Les arguments évoqués par le professeur et maître du droit pénal congolais, Me Nyabirungu Mwene Songa, avocat de Matata, ont démontré les raisons pour lesquelles « l’homme à la cravate rouge » est rentré des États-Unis où il était allé pour comparaître devant la justice. Le professeur Nyabirungu, a, en des termes clairs, expliqué comment la Cour de cassation est incompétente pour juger un ancien Premier ministre. Me Nyabirungu a démontré que, selon la Constitution, la Cour de cassation est compétente pour ne juger que les membres du Gouvernement, excepté le Premier ministre. Bien plus, la loi organisant le fonctionnement de la Cour de cassation le confirme noir sur blanc.
A ce sujet, a fait remarquer ce professionnel de droit, « il est impossible de faire juger quelqu’un par une institution à qui la loi ne reconnaît pas le pouvoir de le faire. Car nul ne peut être jugé que sur base de la loi. Quand bien même qu’aucune procédure n’est établie par les lois de la République pour le juger. Va-t-on inventer la loi et la procédure uniquement pour juger un innocent parce qu’il s’appelle Matata ? », s’est-il interrogé.
Et de poursuivre : « Même, en considérant Matata comme sénateur, la Cour de cassation n’a la compétence de ne le juger que pour des actes commis en tant que sénateur. Or, les fameux dossiers de détournement de Bukanga-Lonzo, inventés de toute pièce, remontent à l’époque où l’homme de la rigueur était Premier ministre« . En effet, Il n’y a que la Cour constitutionnelle qui est compétente pour juger « le Premier ministre en fonction et non un Premier ministre honoraire. C’est le constituant qui l’a voulu ainsi et non le Premier ministre honoraire Matata qui n’a jamais participé ni à la rédaction, ni à l’approbation de l’actuelle Constitution », a-t-il expliqué. Et pourtant, Matata n’est pas Premier ministre en fonction et n’a jamais commis une infraction comme sénateur. Par quelle magie la Cour de cassation va se déclarer compétente ? Si elle le fait, cela pourra être un scandale judiciaire qui tuera pour de longues années la justice congolaise. Cela pourrait même enterrer la carrière de certains juges qui seront blacklistés par les Nations Unies comme c’est le cas déjà pour certaines personnes de la Cour constitutionnelle. Surtout que le dossier est déjà suivi par le Conseil de sécurité qui a déjà débattu en plénière sur le cas Matata et continue à suivre le dossier de près.

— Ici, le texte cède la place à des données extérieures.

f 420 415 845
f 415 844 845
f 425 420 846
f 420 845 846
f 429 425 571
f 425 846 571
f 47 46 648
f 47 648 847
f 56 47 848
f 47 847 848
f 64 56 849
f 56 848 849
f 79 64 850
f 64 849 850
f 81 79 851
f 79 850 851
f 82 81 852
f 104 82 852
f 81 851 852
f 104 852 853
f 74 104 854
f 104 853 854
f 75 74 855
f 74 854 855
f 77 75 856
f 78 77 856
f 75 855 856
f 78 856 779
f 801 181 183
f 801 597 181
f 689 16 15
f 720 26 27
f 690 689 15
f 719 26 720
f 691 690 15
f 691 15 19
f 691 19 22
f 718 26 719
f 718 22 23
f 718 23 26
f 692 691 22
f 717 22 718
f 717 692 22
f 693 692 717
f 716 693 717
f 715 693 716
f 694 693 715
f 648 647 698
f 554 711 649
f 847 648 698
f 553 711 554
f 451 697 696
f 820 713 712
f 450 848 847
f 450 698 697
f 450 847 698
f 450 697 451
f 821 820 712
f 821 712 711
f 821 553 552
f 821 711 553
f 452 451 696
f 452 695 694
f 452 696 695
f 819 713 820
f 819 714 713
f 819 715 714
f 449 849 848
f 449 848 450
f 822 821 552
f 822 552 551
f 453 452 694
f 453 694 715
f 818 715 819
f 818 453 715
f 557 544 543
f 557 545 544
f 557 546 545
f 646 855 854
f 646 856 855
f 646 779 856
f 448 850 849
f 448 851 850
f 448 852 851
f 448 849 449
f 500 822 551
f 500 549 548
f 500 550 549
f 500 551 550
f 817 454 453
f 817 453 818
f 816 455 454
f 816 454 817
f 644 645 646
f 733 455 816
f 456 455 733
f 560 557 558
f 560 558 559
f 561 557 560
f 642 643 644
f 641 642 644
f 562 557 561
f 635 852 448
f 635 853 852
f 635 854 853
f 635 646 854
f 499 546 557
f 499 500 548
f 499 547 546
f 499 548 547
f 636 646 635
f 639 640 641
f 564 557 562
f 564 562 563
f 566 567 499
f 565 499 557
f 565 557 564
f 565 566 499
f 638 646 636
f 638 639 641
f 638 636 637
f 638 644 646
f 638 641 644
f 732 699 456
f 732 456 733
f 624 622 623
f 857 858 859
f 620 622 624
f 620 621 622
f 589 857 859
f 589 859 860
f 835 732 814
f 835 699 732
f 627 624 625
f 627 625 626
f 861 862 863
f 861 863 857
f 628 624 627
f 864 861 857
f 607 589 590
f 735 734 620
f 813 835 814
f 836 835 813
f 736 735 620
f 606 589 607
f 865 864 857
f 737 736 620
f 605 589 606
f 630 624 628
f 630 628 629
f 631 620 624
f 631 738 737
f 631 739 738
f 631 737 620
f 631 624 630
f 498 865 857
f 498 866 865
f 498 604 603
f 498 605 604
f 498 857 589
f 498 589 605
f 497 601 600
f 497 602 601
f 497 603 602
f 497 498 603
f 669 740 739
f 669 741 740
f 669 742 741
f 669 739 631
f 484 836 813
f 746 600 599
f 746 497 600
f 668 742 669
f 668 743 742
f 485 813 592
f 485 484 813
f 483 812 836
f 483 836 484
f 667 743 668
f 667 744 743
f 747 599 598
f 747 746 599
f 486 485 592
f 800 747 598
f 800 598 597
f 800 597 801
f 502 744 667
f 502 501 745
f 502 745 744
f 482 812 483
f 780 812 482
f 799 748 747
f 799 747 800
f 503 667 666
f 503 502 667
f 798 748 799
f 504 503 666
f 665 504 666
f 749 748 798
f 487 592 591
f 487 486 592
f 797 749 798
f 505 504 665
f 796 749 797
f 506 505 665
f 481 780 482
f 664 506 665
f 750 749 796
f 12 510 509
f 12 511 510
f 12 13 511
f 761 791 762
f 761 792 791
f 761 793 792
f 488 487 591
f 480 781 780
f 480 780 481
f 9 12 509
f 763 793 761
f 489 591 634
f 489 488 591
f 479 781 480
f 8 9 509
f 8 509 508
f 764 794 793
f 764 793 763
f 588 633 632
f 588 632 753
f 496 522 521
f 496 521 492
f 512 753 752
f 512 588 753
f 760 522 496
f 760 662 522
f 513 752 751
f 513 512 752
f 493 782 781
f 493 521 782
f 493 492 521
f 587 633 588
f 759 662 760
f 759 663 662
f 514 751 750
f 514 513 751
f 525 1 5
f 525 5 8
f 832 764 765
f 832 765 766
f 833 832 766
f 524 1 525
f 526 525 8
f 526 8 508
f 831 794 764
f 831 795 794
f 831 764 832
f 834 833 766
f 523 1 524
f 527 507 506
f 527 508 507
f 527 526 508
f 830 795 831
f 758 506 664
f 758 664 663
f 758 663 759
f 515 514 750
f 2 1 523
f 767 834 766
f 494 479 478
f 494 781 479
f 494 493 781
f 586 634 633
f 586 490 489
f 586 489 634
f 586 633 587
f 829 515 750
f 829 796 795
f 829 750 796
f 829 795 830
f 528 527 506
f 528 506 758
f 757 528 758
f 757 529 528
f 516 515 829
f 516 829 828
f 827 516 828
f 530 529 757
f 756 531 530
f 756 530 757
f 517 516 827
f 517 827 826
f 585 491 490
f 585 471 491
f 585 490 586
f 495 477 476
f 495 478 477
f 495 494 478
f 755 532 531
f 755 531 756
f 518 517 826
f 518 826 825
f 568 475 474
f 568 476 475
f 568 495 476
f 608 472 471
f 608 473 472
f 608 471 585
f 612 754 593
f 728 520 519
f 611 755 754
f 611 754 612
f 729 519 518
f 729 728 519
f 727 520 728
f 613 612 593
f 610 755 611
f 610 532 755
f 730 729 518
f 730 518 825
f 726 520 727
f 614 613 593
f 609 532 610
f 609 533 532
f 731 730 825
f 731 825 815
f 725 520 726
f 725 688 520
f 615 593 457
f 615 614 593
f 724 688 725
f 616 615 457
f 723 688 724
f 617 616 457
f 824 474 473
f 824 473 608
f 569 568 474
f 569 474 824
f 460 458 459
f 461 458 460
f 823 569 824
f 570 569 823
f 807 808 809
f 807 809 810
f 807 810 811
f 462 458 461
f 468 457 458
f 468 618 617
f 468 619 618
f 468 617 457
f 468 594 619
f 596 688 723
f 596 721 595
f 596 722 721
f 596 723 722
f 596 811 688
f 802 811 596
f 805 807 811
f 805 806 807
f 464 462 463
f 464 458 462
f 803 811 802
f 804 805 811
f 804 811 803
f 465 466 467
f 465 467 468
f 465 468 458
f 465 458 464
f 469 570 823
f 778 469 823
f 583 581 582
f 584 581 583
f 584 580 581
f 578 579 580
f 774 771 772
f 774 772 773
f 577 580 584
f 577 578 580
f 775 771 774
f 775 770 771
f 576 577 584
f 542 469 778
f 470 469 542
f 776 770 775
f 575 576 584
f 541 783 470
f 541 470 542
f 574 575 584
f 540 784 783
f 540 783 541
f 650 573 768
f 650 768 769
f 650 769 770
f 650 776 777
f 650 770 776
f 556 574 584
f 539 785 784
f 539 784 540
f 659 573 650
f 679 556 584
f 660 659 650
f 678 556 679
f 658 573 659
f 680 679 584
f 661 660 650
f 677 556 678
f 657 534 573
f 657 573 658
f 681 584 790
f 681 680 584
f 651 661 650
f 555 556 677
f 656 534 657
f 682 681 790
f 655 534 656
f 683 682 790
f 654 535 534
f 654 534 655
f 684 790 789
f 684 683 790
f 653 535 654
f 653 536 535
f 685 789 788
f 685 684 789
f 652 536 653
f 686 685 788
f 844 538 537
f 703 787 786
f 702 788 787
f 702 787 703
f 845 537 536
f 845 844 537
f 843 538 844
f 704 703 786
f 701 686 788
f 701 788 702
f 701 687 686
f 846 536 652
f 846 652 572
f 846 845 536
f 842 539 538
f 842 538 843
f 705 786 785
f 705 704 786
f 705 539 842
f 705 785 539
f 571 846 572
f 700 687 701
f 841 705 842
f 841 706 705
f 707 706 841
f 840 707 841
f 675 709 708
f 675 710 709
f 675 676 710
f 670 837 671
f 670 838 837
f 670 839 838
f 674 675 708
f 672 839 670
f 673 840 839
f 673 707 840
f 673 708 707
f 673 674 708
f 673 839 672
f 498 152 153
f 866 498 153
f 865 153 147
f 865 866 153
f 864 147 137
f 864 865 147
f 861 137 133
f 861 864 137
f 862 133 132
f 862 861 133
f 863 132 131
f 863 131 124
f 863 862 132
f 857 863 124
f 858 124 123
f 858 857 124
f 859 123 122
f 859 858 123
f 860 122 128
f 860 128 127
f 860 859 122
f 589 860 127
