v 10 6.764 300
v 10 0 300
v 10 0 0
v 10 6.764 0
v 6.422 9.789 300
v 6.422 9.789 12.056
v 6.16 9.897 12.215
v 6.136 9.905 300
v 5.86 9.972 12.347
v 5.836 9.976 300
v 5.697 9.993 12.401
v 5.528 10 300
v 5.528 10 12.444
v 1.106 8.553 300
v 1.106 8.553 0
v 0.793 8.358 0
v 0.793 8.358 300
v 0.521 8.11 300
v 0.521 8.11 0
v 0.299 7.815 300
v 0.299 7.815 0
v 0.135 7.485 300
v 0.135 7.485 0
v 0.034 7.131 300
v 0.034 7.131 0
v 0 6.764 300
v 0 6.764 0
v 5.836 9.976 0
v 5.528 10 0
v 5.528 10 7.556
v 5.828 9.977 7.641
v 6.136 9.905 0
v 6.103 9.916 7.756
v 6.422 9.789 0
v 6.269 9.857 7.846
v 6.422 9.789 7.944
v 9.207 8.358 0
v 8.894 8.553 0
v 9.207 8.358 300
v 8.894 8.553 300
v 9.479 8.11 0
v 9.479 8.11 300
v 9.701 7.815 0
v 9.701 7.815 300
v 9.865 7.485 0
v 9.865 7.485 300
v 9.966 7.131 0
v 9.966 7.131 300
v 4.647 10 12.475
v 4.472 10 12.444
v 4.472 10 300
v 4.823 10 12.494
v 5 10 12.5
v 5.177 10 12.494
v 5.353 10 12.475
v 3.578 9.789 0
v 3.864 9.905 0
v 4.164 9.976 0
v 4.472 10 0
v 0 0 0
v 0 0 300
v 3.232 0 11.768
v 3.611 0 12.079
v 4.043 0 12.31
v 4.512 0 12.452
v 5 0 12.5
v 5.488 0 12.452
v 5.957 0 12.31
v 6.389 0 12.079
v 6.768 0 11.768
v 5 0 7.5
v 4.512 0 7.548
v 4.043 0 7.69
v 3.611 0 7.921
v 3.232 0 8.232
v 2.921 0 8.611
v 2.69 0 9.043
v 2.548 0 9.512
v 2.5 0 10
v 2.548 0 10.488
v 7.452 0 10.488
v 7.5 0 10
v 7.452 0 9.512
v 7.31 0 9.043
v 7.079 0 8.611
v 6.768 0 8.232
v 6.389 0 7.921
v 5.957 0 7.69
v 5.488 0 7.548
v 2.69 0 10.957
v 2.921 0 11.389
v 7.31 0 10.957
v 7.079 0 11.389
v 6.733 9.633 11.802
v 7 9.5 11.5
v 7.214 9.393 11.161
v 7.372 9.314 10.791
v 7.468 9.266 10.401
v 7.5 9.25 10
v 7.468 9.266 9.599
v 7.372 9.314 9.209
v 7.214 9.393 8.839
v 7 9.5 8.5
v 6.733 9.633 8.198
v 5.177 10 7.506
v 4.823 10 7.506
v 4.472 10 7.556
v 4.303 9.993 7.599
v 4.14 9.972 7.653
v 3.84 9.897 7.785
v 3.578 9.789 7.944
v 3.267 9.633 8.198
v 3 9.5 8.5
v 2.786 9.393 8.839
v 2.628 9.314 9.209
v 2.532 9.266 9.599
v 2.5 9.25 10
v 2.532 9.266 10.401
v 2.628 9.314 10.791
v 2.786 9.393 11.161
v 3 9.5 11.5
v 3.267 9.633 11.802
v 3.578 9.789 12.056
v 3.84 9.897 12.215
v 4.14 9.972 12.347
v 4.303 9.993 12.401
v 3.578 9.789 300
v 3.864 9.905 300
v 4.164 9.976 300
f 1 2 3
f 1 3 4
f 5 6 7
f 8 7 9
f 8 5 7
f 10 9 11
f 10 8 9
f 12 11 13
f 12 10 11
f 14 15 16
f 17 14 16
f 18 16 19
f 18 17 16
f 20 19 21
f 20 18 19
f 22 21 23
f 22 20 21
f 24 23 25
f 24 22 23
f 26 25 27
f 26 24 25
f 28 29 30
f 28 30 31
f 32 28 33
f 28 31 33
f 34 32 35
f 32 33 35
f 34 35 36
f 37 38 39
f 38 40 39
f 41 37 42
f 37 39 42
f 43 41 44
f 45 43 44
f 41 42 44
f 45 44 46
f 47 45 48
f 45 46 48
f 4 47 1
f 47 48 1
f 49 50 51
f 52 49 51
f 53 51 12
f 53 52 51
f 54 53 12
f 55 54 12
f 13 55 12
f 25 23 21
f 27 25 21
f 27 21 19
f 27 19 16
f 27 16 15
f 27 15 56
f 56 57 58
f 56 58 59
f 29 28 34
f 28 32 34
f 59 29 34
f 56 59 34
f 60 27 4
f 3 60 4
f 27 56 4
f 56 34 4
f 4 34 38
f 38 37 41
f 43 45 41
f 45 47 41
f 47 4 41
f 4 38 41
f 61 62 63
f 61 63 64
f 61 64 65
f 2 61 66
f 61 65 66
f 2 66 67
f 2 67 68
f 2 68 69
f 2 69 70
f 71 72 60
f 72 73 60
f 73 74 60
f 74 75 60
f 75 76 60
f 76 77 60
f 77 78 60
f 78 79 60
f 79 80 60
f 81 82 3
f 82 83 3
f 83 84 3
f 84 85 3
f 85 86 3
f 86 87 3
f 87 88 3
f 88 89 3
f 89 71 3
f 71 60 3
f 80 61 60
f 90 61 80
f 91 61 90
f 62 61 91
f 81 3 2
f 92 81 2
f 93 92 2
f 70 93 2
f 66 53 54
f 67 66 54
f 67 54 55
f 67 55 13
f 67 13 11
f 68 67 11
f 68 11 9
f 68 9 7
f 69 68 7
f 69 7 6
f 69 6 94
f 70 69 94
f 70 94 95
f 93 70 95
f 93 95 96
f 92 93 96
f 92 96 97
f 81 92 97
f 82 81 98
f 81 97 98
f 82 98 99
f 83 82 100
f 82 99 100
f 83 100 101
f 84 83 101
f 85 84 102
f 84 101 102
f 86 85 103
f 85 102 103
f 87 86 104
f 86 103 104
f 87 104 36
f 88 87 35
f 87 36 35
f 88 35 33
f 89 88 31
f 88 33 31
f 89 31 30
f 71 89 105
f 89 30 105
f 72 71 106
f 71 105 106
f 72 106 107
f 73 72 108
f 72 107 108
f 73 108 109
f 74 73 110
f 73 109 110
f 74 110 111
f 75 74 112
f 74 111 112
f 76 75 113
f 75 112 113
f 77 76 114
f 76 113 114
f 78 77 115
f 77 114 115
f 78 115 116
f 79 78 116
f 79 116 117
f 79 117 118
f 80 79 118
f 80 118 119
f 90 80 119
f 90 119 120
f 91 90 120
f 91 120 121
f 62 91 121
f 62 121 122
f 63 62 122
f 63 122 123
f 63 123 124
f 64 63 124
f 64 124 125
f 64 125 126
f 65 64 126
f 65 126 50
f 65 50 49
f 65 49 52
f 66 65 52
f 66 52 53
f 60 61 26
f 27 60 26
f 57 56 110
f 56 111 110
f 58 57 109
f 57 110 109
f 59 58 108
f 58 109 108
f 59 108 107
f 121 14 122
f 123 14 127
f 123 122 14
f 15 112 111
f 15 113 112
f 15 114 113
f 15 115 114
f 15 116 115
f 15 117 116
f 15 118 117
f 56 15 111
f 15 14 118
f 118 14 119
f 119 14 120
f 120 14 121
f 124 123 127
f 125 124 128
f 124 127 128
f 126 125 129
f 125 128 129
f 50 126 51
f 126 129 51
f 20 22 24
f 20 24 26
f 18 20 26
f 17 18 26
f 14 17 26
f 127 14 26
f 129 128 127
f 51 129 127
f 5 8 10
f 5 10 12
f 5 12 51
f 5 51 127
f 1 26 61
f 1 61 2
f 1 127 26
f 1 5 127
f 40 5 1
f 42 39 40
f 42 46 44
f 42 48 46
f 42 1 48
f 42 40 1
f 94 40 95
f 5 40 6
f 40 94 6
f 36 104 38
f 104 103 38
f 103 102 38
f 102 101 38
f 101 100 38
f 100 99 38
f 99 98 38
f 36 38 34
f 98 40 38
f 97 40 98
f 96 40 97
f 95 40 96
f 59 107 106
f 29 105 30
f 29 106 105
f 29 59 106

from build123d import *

# Parameters (mm, degrees)
ESQUISSE1_W             = 10
ESQUISSE1_H             = 10
BOSS_EXTRU_1_DEPTH      = 300
ESQUISSE2_R             = 2.5
ENL_V_MAT_EXTRU_1_DEPTH = 301.333148354
ENL_V_MAT_EXTRU_2_DEPTH = 301.333148354
CONG_2_R                = 2
CONG_3_R                = 2
CONG_4_R                = 2


with BuildPart() as part:
    # Esquisse1 → Boss.-Extru.1 (new body)
    with BuildSketch(Plane.XY):
        with Locations((5, 5)):
            Rectangle(ESQUISSE1_W, ESQUISSE1_H)
    extrude(amount=BOSS_EXTRU_1_DEPTH)

    # Esquisse2 → Enlèv. mat.-Extru.1 (cut, through all)
    with BuildSketch(Plane(origin=(0, 10, 0), x_dir=(1, 0, 0), z_dir=(0, 1, 0))):
        with Locations(Location((5, -10, 0), (0, 0, 270))):
            Circle(ESQUISSE2_R)
    extrude(amount=-ENL_V_MAT_EXTRU_1_DEPTH, mode=Mode.SUBTRACT)

    # Esquisse3 → Enlèv. mat.-Extru.2 (cut, through all)
    with BuildSketch(Plane(origin=(0, 0, 0), x_dir=(-1, 0, 0), z_dir=(0, 0, -1))):
        Polygon((0, 10), (0, 8), (-4, 10), align=None)
        Polygon((-10, 10), (-10, 8), (-6, 10), align=None)
    extrude(amount=-ENL_V_MAT_EXTRU_2_DEPTH, mode=Mode.SUBTRACT)

    # Congé2
    cong_2_edges = [part.edges().sort_by_distance(p)[0] for p in [
        (6, 10, 156.145643924),
        (4, 10, 156.145643924),
    ]]
    fillet(cong_2_edges, radius=CONG_2_R)

    # Congé3
    cong_3_edges = [part.edges().sort_by_distance(p)[0] for p in [
        (0, 8, 150),
        (10, 8, 150),
    ]]
    fillet(cong_3_edges, radius=CONG_3_R)

    # Congé4
    cong_4_edges = [part.edges().sort_by_distance(p)[0] for p in [
        (6, 10, 3.854356076),
        (4, 10, 3.854356076),
    ]]
    fillet(cong_4_edges, radius=CONG_4_R)


solid = part.part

MATATA, UN PATRIMOINE AFRICAIN ET MONDIAL
« Matata n’est pas un vulgaire politicien congolais que vous pouvez arrêter aujourd’hui et libérer demain sans que les Occidentaux ne vous demandent le pourquoi et le comment tôt ou tard », a fait remarquer son avocat. Matata est un citoyen congolais, devenu un patrimoine africain et mondial », a-t-il poursuivi.

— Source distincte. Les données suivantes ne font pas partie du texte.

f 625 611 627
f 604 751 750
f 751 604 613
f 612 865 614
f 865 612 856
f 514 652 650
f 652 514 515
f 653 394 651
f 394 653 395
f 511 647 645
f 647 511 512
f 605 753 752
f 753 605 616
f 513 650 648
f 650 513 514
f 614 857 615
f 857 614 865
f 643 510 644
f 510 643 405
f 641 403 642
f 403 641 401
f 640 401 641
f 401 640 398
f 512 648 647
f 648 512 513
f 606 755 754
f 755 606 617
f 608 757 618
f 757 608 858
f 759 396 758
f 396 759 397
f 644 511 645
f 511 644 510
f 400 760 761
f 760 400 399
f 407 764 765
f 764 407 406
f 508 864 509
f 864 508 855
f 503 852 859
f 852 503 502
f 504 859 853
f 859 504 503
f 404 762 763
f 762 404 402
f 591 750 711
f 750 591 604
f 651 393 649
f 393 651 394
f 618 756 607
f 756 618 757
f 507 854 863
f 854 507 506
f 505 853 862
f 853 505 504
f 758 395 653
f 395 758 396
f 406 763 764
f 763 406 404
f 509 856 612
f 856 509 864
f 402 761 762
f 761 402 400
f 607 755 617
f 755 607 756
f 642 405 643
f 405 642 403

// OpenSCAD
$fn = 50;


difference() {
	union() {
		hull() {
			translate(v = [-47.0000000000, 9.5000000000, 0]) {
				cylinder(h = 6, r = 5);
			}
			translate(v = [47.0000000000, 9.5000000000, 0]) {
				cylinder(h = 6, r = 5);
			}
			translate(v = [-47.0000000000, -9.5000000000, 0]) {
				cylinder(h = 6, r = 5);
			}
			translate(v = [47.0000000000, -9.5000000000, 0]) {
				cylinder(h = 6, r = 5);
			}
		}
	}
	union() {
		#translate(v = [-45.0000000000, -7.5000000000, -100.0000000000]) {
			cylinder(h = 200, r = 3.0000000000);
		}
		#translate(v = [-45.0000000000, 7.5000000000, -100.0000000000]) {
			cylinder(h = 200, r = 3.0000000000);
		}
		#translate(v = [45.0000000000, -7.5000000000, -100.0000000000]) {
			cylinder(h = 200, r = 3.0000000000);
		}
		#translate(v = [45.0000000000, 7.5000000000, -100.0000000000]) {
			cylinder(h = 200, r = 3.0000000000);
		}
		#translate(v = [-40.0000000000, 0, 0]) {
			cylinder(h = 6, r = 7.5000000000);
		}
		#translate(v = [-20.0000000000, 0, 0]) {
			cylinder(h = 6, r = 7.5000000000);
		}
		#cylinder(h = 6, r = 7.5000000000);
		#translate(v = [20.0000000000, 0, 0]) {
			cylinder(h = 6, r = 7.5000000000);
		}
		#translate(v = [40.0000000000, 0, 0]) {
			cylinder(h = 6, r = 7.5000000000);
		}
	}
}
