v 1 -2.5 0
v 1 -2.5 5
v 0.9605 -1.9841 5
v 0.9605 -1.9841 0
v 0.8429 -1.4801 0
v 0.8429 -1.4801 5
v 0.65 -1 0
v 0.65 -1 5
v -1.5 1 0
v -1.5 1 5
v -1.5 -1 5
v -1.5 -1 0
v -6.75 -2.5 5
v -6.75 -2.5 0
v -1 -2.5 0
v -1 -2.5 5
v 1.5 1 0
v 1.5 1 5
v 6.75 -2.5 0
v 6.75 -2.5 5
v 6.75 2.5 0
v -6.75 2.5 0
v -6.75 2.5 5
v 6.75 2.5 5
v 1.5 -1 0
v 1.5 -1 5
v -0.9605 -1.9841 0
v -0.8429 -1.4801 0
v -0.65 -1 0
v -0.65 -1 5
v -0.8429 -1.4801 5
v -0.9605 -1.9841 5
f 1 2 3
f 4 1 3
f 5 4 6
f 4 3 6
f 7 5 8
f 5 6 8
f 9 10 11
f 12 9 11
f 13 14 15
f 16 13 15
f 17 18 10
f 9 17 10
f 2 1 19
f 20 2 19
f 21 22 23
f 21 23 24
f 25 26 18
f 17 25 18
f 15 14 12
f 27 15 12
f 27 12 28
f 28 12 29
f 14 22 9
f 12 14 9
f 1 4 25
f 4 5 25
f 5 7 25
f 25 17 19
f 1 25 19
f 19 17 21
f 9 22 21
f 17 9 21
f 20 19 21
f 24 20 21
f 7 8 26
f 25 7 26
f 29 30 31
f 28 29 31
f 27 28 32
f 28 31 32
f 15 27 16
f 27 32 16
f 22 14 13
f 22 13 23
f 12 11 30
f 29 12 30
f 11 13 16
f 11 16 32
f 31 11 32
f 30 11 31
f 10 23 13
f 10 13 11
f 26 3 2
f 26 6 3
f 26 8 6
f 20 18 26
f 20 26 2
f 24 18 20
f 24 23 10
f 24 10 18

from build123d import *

# Parameters (mm, degrees)
F0_W     = 13.5
F0_H     = 5
F1_DEPTH = 5
F3_DEPTH = 25


with BuildPart() as f1:
    # F0 (on Top) → F1 (new body)
    with BuildSketch(Plane.XY):
        Rectangle(F0_W, F0_H)
    extrude(amount=F1_DEPTH)

    # F2 (on face) → F3 (cut)
    with BuildSketch(Plane.XY.offset(5)):
        Polygon((1.5, -1), (1.5, 1), (-1.5, 1), (-1.5, -1), (-1, -1), (-1, 0.5), (1, 0.5), (1, -1), align=None)
        Polygon((0.65, -1), (1, -1), (1, 0.5), (-1, 0.5), (-1, -1), (-0.65, -1), align=None)
        with BuildLine():
            ThreePointArc((1, -2.5), (0.91134, -1.729854), (0.65, -1))
            Line((0.65, -1), (-0.65, -1))
            ThreePointArc((-0.65, -1), (-0.91134, -1.729854), (-1, -2.5))
            Line((-1, -2.5), (1, -2.5))
        make_face()
    extrude(amount=-F3_DEPTH, mode=Mode.SUBTRACT)


solid = f1.part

De l’histoire de ce pays, c’est le seul Congolais qui, après avoir quitté les fonctions publiques, a été appelé par des présidents de la République pour les conseiller et faire avancer l’agenda de leurs pays. C’est aussi le seul Premier ministre honoraire utilisé par l’Union africaine pour des missions spéciales en Afrique. Quel honneur pour la RDC et son peuple ? Si par magie, la Cour de cassation se déclarait compétente – ce qui serait une alchimie juridique inimaginable et nauséabonde – comment l’action du Ministère public contre Matata sera déclarée recevable par la Cour ? Parce que selon Me Nyabirungu, la procédure pour juger Matata a été totalement bafouée.
Un autre point soulevé dans ce dossier est, si c’est pour le juger comme Premier ministre, la Constitution oblige à ce que le Parlement se réunisse en Congrès pour lever ses immunités. Or, le Congrès ne s’est jamais réuni et aucune pièce dans ce sens ne se trouve dans le dossier. Si c’est pour le juger comme sénateur, le Sénat avait refusé des poursuites contre « l’homme à la cravate rouge ».
A cet effet, comment la Cour, dans un sens comme dans un autre, va juger un homme couvert de ses immunités lui conférées par la Constitution ? s’est encore interrogé ce praticien du droit pénal congolais.
Autre constat à faire remarquer, Matata n’a jamais été entendu. Comment peut-on juger quelqu’un qui n’a jamais été auditionné ? Or, la loi dit que personne ne peut être jugé sans avoir été entendu.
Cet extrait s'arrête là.